Querying Data
Every successful Pond Run exports the Pond's tables as Parquet snapshots — its published output. The query surface reads only these snapshots, never a Pond's live working database, so a query always sees a consistent, completed result and never contends with a running transform.
Quick look
The fastest glimpse of a table:
duckstring query reports monthly_summary
This runs SELECT * FROM reports.monthly_summary LIMIT 10 and prints the result. As everywhere, -c {name} targets a non-default Catchment.
SQL queries
Arbitrary SQL runs against the Pond's exported tables with --sql:
duckstring query reports --sql "SELECT category, SUM(total_revenue) FROM monthly_summary GROUP BY 1"
Tables can be addressed bare (monthly_summary) or qualified (reports.monthly_summary). The dialect is DuckDB's, executed by an ephemeral in-memory engine over the snapshots — full analytical SQL, zero impact on the pipeline.
Longer queries can live in files, referenced with @:
duckstring query reports --sql @queries/monthly_rollup.sql
Writing results to files
Add a format flag with a filename to save instead of print:
duckstring query reports monthly_summary --csv summary.csv
duckstring query reports --sql @rollup.sql --json rollup.json
duckstring query reports monthly_summary --parquet summary.parquet
Files land in ./ponds/{pond}/{ripple}/ by default (or ./ponds/{pond}/ for pure-SQL queries); --path {dir} overrides the directory:
duckstring query reports --sql @rollup.sql --csv rollup.csv --path .
Fetching raw output
To take a Ripple's entire published output as-is — no SQL involved:
duckstring get reports monthly_summary
duckstring get reports monthly_summary --path ./exports/summary
This downloads the Ripple's exported data (as Parquet) into ./ponds/reports/monthly_summary/ or the given --path.

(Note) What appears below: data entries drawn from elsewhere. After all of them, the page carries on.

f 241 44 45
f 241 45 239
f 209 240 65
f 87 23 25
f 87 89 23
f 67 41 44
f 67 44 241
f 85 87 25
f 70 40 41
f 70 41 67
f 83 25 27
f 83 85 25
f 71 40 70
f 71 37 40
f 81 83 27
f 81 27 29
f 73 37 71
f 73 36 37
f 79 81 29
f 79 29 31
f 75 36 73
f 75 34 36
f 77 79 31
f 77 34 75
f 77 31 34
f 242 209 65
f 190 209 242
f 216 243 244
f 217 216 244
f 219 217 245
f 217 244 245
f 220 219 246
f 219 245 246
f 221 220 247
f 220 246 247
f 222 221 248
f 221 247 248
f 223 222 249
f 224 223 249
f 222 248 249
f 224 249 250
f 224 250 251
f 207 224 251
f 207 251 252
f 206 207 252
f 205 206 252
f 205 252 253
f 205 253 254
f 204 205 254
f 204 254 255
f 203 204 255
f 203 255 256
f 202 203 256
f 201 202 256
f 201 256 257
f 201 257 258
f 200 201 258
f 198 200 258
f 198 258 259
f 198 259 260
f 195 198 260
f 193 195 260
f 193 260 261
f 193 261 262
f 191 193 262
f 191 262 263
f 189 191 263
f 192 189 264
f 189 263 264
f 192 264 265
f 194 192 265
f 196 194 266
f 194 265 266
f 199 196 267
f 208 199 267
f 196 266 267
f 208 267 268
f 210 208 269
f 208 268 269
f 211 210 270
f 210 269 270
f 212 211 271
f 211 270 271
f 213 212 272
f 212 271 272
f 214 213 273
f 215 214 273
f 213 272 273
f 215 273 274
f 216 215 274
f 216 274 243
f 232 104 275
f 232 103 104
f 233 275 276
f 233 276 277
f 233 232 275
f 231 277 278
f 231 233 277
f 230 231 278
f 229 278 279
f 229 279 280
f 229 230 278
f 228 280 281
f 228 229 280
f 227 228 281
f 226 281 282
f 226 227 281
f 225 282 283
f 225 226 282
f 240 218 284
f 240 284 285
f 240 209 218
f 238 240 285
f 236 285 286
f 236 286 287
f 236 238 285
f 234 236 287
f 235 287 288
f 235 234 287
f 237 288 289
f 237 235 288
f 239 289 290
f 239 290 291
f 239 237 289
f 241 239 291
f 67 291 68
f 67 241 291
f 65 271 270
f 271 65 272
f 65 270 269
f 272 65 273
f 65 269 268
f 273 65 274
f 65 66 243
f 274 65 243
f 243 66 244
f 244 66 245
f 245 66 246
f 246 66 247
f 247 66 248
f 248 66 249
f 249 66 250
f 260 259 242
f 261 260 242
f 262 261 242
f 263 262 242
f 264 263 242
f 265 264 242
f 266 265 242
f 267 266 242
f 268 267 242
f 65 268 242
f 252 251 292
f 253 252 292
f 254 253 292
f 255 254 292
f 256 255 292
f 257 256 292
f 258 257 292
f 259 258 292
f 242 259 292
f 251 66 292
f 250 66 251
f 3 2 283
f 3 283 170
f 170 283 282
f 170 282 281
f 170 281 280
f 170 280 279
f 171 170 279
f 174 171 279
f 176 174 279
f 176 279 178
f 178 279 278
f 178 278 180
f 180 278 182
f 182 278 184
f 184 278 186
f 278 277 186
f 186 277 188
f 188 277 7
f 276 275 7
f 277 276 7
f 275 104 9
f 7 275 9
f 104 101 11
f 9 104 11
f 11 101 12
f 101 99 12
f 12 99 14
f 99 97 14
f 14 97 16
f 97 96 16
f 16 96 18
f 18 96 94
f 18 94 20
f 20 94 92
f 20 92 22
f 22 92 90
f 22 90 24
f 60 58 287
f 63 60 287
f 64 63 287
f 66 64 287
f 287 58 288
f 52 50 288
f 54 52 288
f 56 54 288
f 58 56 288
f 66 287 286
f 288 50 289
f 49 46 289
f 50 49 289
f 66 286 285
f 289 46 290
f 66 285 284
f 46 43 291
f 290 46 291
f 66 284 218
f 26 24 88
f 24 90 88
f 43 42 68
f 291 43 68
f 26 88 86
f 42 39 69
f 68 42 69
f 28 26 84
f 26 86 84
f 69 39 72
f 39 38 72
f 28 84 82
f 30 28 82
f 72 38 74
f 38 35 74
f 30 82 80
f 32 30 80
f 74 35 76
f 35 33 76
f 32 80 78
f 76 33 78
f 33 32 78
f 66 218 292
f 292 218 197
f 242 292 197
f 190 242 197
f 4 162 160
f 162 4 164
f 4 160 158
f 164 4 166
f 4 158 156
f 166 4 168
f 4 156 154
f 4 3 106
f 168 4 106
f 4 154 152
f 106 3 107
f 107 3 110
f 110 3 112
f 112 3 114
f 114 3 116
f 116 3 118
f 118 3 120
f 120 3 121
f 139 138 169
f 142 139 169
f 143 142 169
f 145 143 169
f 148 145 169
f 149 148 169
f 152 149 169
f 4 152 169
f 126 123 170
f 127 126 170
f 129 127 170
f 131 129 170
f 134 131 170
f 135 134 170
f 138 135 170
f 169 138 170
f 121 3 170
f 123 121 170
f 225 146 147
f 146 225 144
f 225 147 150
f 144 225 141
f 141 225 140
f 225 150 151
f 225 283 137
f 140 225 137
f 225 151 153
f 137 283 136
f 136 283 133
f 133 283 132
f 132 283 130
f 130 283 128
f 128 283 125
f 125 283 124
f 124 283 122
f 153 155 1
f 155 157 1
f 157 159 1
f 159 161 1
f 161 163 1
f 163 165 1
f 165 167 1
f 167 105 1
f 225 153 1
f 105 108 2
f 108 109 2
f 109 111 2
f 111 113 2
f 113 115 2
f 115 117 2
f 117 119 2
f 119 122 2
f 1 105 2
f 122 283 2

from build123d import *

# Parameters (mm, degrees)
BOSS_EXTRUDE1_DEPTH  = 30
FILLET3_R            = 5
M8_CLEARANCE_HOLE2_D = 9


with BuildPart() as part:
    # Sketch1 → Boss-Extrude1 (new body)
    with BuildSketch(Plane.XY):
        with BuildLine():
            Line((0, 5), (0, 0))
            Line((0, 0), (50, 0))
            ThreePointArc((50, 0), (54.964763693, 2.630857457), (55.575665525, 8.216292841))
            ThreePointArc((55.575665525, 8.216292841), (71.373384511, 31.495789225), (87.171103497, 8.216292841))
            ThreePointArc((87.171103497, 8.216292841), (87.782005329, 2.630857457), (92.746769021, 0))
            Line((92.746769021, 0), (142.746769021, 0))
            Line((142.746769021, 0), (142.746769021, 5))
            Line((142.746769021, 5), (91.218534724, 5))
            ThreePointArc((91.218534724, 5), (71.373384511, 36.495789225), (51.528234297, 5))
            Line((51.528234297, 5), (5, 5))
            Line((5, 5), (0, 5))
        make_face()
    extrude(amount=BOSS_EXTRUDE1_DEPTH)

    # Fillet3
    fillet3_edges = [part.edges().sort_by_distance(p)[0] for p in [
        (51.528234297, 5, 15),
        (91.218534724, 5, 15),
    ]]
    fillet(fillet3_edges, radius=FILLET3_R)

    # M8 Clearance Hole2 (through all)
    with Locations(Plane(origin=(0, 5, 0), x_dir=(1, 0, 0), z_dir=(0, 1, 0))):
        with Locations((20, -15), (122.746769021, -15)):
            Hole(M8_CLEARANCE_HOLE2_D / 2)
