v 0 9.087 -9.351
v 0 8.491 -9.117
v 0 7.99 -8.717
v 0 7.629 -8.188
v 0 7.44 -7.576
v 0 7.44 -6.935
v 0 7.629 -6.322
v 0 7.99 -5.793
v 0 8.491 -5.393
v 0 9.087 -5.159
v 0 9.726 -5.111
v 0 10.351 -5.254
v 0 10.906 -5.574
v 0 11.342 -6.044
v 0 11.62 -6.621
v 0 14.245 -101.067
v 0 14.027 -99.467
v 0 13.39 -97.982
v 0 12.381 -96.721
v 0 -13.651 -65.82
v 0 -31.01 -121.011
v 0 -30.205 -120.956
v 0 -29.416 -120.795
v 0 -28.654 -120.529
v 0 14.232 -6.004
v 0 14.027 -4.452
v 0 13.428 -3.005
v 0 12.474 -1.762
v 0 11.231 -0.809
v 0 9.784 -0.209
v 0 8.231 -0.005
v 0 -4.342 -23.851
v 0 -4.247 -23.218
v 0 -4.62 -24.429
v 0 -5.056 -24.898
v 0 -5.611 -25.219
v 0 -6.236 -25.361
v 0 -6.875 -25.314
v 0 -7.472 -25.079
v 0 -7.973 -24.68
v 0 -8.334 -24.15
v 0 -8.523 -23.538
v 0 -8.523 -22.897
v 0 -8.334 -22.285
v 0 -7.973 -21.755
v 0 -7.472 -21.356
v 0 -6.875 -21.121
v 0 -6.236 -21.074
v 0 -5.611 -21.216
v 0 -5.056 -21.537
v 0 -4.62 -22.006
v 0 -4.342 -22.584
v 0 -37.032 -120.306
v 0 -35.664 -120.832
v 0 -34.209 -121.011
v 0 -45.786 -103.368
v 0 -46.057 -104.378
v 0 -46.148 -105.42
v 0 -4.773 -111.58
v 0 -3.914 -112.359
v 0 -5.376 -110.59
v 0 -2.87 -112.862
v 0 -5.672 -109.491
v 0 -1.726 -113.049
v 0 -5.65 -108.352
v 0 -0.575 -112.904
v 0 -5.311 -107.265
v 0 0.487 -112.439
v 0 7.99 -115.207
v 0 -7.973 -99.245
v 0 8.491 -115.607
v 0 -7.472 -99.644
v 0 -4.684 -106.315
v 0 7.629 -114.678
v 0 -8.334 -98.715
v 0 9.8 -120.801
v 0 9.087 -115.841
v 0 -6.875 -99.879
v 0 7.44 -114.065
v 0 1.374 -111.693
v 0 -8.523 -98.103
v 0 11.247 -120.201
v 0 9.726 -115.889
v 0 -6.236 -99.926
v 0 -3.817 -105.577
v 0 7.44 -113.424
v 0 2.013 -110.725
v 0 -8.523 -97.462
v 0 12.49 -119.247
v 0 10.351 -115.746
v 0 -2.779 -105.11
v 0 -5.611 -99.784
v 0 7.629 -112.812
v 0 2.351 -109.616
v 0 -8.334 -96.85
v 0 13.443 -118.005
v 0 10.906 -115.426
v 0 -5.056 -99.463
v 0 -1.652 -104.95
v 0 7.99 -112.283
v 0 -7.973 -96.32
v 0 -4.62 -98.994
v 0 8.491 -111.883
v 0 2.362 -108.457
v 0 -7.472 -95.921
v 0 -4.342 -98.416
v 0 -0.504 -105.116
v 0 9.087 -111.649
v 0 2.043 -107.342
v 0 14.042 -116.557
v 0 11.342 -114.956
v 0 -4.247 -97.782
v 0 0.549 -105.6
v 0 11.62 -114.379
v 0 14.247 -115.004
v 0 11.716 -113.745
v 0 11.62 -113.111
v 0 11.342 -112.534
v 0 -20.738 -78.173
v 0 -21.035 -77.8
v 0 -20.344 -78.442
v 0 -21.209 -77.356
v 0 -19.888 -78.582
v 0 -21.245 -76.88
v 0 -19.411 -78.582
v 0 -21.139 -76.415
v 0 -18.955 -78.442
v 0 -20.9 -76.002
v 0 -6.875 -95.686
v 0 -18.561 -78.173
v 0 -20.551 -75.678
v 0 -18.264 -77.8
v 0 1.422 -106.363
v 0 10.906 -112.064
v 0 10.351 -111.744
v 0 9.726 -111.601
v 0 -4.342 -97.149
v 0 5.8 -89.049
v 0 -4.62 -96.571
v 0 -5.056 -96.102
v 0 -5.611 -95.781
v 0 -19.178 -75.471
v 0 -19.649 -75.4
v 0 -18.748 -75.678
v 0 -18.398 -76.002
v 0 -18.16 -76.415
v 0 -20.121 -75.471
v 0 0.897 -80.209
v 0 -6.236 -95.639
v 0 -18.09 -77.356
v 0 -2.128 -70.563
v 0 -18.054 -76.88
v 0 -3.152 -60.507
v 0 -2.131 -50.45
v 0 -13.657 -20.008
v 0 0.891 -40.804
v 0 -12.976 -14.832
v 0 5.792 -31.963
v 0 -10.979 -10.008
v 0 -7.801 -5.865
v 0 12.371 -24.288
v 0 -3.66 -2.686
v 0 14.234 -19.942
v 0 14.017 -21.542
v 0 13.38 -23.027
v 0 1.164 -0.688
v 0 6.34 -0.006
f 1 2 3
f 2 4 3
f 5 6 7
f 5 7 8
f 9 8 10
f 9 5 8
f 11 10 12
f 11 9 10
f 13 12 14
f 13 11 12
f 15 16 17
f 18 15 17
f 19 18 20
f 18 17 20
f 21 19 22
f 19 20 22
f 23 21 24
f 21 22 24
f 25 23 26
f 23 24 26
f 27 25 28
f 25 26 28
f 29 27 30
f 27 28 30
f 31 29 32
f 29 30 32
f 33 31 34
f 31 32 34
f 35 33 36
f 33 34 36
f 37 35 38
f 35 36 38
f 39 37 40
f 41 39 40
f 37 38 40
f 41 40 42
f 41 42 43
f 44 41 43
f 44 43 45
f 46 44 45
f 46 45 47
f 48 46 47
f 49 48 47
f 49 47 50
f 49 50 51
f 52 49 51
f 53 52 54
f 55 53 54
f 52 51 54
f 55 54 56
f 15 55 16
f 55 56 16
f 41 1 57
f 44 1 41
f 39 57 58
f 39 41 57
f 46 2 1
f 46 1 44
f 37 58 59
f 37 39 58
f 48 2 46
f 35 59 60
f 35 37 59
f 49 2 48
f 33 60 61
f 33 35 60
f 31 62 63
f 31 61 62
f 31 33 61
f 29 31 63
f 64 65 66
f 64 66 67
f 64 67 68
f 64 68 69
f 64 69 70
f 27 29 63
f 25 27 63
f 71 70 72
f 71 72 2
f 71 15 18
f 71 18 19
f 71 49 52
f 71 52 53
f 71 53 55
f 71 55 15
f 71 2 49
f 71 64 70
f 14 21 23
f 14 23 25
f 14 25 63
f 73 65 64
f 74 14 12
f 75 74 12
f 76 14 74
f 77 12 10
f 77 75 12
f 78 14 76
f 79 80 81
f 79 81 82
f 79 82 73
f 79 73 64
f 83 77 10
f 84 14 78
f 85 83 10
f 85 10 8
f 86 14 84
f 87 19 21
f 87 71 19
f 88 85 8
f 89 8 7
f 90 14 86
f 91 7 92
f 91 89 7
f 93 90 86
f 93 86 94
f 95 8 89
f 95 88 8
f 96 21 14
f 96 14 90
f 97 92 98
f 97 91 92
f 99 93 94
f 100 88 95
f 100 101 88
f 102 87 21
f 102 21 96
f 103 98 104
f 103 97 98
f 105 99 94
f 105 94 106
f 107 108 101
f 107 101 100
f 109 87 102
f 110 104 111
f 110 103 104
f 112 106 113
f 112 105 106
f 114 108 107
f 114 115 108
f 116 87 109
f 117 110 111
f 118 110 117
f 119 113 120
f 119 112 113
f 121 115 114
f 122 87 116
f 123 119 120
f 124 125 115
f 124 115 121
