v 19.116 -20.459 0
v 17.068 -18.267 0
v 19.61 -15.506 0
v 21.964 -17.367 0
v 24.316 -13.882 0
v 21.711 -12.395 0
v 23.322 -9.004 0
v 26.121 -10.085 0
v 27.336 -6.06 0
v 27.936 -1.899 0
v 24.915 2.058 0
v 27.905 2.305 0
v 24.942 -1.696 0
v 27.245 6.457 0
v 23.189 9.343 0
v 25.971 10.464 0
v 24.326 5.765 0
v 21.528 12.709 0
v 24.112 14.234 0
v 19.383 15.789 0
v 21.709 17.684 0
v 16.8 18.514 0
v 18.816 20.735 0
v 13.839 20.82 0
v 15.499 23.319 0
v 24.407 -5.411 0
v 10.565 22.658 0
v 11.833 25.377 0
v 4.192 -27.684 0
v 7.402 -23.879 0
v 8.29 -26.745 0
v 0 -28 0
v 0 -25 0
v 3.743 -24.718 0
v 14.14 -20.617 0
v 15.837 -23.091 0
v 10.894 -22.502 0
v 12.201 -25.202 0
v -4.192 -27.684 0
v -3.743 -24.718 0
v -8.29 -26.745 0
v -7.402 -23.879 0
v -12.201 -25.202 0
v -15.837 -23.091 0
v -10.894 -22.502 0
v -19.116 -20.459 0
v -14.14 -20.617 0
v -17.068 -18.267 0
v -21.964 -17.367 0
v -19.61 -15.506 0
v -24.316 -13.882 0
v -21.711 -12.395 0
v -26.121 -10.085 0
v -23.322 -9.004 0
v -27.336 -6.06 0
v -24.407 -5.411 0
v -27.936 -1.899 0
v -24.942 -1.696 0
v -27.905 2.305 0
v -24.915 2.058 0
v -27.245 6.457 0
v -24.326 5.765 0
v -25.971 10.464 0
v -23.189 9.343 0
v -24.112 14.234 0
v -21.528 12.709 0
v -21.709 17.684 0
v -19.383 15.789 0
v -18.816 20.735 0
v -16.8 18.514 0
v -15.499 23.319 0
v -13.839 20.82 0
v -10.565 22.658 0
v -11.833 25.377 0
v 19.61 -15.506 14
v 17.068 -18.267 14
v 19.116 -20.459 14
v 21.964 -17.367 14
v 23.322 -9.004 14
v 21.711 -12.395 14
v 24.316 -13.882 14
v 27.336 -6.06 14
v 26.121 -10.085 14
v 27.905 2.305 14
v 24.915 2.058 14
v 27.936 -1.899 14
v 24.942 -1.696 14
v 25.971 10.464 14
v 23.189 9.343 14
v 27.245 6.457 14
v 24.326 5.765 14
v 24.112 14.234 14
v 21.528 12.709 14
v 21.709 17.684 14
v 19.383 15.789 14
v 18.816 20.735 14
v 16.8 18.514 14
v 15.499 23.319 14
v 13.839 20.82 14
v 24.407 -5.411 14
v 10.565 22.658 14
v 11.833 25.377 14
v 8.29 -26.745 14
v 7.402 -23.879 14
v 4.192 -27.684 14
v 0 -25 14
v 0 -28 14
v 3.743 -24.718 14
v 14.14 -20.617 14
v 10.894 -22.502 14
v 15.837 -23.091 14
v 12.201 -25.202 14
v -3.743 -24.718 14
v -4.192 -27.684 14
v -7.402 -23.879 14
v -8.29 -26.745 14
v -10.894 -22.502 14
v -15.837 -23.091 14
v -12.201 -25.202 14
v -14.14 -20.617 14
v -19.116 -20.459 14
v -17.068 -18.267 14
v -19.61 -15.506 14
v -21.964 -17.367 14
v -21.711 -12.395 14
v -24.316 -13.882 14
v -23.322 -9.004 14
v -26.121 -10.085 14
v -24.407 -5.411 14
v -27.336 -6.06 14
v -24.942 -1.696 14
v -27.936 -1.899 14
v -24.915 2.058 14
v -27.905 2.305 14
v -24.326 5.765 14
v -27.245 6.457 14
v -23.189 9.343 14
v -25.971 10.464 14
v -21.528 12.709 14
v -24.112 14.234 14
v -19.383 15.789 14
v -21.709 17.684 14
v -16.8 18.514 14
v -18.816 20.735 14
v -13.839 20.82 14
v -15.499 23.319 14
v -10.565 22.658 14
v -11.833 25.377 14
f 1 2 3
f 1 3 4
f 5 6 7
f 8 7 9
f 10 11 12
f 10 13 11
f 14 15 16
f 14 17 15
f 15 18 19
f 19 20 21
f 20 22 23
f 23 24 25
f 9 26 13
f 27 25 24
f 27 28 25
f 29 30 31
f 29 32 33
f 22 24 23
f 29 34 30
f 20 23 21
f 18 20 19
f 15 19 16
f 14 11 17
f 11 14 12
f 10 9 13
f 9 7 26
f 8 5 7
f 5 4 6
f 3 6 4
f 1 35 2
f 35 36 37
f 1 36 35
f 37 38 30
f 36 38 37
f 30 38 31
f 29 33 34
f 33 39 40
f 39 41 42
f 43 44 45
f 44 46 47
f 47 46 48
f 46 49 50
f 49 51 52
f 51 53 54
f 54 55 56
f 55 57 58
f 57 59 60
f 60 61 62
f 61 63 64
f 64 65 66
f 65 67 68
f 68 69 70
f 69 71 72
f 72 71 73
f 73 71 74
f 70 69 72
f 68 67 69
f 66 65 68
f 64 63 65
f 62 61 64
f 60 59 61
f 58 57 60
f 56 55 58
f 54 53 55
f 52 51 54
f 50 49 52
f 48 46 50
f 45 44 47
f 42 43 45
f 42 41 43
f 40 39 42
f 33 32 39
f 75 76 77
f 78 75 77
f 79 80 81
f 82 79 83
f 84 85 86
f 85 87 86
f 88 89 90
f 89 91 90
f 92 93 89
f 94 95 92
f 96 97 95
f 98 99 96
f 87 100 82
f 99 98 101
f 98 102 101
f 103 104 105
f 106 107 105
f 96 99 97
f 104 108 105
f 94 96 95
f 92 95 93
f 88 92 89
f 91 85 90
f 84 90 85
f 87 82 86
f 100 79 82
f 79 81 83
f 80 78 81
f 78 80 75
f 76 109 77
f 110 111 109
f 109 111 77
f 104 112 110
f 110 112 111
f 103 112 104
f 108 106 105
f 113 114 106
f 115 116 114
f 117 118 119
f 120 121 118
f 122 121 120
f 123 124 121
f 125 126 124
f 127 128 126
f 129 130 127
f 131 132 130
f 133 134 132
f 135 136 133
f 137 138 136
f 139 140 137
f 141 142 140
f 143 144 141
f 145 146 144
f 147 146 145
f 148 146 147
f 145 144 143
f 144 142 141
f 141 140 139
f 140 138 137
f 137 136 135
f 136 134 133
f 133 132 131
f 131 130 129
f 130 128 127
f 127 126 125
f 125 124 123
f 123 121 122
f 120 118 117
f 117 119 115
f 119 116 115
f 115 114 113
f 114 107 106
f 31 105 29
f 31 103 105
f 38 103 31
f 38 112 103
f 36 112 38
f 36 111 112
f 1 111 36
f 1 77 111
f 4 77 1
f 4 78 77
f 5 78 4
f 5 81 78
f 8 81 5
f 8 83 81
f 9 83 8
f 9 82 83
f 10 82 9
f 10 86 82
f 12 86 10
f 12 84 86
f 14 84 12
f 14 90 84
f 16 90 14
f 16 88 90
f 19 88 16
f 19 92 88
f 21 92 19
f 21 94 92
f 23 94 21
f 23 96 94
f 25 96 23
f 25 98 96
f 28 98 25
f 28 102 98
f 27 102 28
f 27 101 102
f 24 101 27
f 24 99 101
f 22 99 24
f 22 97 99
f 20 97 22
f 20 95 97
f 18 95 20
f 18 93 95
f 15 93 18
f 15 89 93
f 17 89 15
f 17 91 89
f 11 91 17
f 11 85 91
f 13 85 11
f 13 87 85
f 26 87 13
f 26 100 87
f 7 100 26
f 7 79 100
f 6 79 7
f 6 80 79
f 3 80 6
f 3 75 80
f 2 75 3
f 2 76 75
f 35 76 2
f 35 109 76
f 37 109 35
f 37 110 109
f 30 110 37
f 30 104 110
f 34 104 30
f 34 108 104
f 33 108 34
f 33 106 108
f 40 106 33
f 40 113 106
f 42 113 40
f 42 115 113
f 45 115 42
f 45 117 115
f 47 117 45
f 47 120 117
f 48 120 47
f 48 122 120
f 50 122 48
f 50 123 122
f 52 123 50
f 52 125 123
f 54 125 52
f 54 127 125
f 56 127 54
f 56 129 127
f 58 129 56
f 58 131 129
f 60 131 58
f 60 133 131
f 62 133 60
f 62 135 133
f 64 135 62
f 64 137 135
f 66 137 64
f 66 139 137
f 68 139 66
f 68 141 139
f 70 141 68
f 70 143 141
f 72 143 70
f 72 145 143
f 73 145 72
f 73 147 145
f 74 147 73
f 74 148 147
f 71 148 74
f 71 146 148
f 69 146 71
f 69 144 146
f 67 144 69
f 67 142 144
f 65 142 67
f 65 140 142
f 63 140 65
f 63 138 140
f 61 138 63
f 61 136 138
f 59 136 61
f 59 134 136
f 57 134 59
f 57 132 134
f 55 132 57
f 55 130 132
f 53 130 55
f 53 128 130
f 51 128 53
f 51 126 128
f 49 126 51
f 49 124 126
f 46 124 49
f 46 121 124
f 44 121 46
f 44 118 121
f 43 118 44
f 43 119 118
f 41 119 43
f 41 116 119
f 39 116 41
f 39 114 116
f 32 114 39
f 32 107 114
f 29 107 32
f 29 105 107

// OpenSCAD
$fn = 32;

// ----------------------------------------------------------------------
// Spring clip: 56 mm outside, 3 mm band, 50 degree opening
// ----------------------------------------------------------------------

// --- parameters (mm) ---
outer_r = 28;             // clip outside radius
inner_r = 25;             // clip bore radius
band = 3;                 // band thickness
clip_w = 14;              // clip width
opening = 50;             // opening angle

clip_profile = [[-11.833, 25.377], [-15.499, 23.319], [-18.816, 20.735], [-21.709, 17.684], [-24.112, 14.234], [-25.971, 10.464], [-27.245, 6.457], [-27.905, 2.305], [-27.936, -1.899], [-27.336, -6.06], [-26.121, -10.085], [-24.316, -13.882], [-21.964, -17.367], [-19.116, -20.459], [-15.837, -23.091], [-12.201, -25.202], [-8.29, -26.745], [-4.192, -27.684], [0, -28], [4.192, -27.684], [8.29, -26.745], [12.201, -25.202], [15.837, -23.091], [19.116, -20.459], [21.964, -17.367], [24.316, -13.882], [26.121, -10.085], [27.336, -6.06], [27.936, -1.899], [27.905, 2.305], [27.245, 6.457], [25.971, 10.464], [24.112, 14.234], [21.709, 17.684], [18.816, 20.735], [15.499, 23.319], [11.833, 25.377], [10.565, 22.658], [13.839, 20.82], [16.8, 18.514], [19.383, 15.789], [21.528, 12.709], [23.189, 9.343], [24.326, 5.765], [24.915, 2.058], [24.942, -1.696], [24.407, -5.411], [23.322, -9.004], [21.711, -12.395], [19.61, -15.506], [17.068, -18.267], [14.14, -20.617], [10.894, -22.502], [7.402, -23.879], [3.743, -24.718], [0, -25], [-3.743, -24.718], [-7.402, -23.879], [-10.894, -22.502], [-14.14, -20.617], [-17.068, -18.267], [-19.61, -15.506], [-21.711, -12.395], [-23.322, -9.004], [-24.407, -5.411], [-24.942, -1.696], [-24.915, 2.058], [-24.326, 5.765], [-23.189, 9.343], [-21.528, 12.709], [-19.383, 15.789], [-16.8, 18.514], [-13.839, 20.82], [-10.565, 22.658]];

difference() {
  union() {
    linear_extrude(height = clip_w) polygon(clip_profile);
  }
}
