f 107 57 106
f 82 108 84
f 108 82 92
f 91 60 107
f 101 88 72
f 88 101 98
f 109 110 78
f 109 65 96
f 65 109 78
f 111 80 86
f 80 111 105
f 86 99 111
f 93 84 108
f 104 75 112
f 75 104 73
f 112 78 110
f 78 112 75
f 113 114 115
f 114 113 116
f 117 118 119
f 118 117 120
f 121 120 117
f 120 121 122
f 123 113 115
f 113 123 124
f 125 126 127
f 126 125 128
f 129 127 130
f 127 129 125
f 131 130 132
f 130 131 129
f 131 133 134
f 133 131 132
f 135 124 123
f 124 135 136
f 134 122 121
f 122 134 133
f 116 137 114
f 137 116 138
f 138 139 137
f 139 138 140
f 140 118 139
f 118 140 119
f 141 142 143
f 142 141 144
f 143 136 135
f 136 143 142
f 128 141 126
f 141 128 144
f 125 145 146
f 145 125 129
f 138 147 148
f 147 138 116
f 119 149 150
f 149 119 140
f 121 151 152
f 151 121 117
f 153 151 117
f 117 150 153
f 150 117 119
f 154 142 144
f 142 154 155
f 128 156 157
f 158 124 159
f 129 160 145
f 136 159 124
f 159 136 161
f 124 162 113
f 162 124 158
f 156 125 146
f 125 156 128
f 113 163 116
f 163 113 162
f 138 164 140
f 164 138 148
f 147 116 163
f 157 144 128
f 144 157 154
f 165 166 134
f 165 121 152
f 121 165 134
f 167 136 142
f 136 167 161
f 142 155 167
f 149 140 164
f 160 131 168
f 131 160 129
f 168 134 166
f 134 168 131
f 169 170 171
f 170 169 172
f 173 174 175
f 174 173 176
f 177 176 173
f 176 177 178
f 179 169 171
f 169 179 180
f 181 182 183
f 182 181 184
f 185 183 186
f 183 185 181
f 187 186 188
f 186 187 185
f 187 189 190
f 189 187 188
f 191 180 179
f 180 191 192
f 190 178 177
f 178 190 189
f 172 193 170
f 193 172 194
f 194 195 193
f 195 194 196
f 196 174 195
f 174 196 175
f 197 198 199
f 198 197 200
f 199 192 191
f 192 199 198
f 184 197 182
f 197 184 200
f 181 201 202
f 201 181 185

It works for any published output, including non-tabular content, which query can't address.
Consuming from applications
Applications have the same two options, over HTTP (see the HTTP API):
POST /api/query— JSON rows back from SQL, or CSV/JSON/Parquet with aformatfield.GET /api/ponds/{pond}/ripples/{ripple}— the raw exported file.
A pattern worth knowing from the trigger model: pair each application read with a Tap on the Pond it reads. The pipeline then refreshes at the pace of actual consumption — each query effectively orders the next batch, and an unused Outlet costs nothing.
For heavier integration, the snapshots themselves are plain Parquet files under the Catchment root (ponds/{pond}/m{major}/data/{table}.parquet) — directly readable by anything that speaks Parquet, no Duckstring involved.